WHAT IS REQUIRED
Every line that contains "construction" must be located and copied from the data.

Stored items
■ ■ ■ ■ ■
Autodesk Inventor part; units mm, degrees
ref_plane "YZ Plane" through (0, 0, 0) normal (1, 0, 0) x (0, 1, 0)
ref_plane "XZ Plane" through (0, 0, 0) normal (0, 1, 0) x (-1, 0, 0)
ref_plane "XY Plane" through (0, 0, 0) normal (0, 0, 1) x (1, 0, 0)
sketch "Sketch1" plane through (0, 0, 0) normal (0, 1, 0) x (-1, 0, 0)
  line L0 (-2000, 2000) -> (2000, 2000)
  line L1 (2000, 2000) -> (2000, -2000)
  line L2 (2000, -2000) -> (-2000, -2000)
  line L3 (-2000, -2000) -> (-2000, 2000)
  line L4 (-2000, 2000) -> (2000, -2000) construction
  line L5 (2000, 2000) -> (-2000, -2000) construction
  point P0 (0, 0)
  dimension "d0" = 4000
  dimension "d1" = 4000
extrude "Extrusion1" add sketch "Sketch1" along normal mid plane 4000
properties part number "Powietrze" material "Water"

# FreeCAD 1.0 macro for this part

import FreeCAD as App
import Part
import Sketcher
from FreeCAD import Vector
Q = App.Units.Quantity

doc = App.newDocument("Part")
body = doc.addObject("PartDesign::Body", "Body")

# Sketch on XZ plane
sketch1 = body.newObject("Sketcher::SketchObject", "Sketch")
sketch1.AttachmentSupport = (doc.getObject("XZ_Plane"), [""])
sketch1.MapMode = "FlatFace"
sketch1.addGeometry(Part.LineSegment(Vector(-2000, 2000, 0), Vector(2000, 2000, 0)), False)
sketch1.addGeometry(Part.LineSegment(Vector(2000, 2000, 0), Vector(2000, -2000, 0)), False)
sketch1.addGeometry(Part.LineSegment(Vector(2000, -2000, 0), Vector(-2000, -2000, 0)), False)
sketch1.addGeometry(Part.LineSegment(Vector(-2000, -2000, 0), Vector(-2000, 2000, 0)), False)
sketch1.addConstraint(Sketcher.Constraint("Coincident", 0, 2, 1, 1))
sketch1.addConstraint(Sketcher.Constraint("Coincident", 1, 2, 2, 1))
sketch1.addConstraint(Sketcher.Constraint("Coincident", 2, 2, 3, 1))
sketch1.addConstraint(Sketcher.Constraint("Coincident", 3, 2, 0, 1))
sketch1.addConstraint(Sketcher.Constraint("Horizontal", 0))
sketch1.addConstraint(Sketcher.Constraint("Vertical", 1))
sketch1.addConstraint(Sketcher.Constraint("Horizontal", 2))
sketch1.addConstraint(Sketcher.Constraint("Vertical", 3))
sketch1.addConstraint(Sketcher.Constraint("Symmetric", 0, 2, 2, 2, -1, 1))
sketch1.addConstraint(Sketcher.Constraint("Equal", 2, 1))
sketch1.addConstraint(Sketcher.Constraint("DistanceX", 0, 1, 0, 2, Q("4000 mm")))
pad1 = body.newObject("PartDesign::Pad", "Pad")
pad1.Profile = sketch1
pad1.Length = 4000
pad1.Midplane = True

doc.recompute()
■ ■ ■ ■ ■
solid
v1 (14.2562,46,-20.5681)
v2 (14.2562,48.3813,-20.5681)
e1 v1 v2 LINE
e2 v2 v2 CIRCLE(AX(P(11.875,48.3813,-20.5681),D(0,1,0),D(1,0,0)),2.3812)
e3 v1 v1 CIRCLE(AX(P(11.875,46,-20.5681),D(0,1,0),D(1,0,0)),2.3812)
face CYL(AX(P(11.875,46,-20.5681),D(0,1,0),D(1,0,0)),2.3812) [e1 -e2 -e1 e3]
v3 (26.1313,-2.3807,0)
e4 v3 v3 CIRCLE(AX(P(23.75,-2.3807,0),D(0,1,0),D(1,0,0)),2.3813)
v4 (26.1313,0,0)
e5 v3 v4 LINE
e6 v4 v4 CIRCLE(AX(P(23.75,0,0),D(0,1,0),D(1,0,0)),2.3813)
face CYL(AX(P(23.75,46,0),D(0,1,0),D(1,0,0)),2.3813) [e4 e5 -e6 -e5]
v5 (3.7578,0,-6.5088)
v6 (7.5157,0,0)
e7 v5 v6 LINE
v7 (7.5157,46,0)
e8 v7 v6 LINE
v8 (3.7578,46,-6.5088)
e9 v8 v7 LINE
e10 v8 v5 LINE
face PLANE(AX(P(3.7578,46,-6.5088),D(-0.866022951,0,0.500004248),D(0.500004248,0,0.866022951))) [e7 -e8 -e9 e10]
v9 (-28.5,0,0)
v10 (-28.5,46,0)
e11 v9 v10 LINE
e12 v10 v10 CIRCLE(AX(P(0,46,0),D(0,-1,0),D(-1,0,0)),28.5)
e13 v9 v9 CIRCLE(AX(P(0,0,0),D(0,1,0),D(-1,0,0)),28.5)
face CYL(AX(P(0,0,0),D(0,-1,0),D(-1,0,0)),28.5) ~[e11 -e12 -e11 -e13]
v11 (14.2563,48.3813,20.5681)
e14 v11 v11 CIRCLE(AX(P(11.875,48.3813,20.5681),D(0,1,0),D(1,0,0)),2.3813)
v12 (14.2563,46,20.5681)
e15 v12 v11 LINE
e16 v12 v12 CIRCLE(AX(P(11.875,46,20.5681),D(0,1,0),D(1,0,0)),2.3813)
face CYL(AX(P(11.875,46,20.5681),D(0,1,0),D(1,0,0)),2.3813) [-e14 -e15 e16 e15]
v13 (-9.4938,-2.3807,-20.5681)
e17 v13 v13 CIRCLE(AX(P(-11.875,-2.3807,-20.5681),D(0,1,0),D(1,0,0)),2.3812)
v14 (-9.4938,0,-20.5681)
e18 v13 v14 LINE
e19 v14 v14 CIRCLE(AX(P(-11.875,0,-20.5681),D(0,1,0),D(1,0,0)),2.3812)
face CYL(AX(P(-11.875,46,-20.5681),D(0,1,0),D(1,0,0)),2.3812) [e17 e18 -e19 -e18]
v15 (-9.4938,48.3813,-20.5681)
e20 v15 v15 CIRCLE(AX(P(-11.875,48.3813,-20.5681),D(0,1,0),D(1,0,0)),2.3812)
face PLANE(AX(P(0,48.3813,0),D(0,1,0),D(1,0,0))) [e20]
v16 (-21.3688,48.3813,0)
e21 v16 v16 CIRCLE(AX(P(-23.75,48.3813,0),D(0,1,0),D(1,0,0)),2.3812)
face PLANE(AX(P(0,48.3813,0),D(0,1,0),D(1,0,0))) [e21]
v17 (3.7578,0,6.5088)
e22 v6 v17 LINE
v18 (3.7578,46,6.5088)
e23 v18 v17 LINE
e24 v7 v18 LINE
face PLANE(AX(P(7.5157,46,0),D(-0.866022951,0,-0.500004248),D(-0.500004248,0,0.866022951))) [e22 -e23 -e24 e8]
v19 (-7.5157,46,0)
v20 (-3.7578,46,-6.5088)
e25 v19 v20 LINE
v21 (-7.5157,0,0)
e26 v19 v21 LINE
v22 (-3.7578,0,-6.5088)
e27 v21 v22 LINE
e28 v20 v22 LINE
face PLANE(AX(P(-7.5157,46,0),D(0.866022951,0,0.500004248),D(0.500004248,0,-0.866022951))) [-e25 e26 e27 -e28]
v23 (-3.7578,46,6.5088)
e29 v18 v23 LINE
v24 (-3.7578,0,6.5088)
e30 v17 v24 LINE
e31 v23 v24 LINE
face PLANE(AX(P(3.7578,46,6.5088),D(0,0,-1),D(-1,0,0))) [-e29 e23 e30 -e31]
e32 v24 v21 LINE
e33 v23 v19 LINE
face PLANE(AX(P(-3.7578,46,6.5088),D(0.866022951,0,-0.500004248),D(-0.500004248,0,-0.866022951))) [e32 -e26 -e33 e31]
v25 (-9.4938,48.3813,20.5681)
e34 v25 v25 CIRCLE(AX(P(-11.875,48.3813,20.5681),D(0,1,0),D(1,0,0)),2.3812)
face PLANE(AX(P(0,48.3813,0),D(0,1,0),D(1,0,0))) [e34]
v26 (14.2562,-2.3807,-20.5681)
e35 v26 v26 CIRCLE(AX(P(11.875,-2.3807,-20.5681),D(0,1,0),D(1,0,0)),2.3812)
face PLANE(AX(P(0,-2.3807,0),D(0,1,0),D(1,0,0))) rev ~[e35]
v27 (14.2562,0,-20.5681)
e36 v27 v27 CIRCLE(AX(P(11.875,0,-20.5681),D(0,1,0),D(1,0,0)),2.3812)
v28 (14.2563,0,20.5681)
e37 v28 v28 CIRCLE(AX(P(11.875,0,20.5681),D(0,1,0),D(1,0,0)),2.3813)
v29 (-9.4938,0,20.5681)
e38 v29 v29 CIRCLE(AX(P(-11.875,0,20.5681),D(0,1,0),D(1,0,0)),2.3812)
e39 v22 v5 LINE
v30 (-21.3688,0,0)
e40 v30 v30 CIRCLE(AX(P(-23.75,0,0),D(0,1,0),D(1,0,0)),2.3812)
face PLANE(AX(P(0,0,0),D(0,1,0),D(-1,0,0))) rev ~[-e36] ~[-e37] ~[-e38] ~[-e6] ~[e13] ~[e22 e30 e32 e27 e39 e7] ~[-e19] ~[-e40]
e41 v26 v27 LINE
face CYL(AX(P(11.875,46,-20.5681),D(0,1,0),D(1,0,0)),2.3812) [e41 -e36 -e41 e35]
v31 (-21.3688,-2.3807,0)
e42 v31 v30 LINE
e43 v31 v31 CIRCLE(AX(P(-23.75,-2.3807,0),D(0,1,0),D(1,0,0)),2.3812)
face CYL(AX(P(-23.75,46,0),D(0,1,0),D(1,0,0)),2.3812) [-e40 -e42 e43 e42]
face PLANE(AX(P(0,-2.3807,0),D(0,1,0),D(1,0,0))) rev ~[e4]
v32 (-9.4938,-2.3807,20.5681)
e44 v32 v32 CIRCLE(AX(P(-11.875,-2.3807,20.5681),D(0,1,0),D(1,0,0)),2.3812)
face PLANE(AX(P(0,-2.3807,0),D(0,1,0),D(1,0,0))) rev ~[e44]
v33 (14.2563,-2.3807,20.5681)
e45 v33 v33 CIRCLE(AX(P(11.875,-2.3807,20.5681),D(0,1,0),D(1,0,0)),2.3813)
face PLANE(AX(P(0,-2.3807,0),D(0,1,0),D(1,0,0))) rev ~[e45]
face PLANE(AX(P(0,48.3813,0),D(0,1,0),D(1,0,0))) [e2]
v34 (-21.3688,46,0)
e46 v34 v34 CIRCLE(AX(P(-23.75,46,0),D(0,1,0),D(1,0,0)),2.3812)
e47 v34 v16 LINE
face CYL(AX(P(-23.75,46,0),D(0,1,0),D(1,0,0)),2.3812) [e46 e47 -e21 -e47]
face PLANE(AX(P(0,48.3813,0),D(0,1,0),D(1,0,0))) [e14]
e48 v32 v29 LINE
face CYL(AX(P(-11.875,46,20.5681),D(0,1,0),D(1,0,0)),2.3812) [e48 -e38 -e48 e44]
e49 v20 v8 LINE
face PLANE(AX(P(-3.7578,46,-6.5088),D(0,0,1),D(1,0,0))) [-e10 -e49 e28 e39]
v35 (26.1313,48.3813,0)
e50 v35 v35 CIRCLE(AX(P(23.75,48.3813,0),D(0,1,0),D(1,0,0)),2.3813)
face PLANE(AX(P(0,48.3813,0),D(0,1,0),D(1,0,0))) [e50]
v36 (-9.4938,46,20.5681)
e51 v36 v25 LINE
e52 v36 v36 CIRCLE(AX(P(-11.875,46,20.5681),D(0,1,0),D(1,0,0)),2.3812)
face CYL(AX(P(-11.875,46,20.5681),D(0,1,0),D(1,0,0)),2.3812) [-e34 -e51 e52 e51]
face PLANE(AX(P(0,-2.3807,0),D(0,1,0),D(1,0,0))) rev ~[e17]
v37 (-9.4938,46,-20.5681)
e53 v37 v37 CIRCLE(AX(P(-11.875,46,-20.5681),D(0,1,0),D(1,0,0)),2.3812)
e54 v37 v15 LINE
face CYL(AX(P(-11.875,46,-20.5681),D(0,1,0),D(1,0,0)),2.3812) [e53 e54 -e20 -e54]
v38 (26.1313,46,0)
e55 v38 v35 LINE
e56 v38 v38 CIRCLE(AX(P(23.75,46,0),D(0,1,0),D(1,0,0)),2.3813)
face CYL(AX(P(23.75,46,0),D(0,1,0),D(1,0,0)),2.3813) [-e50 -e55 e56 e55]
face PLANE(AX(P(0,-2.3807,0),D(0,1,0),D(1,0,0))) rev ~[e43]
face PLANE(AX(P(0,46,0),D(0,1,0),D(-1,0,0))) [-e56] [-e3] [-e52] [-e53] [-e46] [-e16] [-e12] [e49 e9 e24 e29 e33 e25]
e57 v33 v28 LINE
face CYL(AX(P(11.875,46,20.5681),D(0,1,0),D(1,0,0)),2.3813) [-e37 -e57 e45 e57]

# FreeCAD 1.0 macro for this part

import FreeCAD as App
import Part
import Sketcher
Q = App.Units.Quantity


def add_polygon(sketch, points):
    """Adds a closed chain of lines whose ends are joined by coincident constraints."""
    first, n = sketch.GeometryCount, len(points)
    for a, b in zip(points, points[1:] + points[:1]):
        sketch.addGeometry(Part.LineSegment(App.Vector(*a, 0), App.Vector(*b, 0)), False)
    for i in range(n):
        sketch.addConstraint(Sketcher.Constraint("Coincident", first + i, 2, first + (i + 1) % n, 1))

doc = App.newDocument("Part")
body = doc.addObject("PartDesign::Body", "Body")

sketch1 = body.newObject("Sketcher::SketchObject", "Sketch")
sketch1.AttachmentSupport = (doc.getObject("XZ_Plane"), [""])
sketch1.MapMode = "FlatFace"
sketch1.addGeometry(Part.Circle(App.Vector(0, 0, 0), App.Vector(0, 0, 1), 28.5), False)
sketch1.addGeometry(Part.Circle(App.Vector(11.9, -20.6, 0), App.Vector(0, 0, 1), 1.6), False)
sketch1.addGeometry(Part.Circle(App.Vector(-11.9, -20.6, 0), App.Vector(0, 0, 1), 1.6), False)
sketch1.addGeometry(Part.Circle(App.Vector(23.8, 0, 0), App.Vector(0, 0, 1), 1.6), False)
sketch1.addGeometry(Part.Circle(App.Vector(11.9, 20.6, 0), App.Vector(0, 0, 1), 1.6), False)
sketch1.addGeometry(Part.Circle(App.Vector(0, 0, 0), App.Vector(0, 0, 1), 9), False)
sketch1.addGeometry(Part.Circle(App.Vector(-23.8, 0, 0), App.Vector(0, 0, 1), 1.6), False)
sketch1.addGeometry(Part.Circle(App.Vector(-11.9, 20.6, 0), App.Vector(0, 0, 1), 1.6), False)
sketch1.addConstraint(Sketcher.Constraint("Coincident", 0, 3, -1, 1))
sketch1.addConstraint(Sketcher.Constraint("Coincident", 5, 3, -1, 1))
■ ■ ■ ■ ■
REPLY
  line L4 (-2000, 2000) -> (2000, -2000) construction
  line L5 (2000, 2000) -> (-2000, -2000) construction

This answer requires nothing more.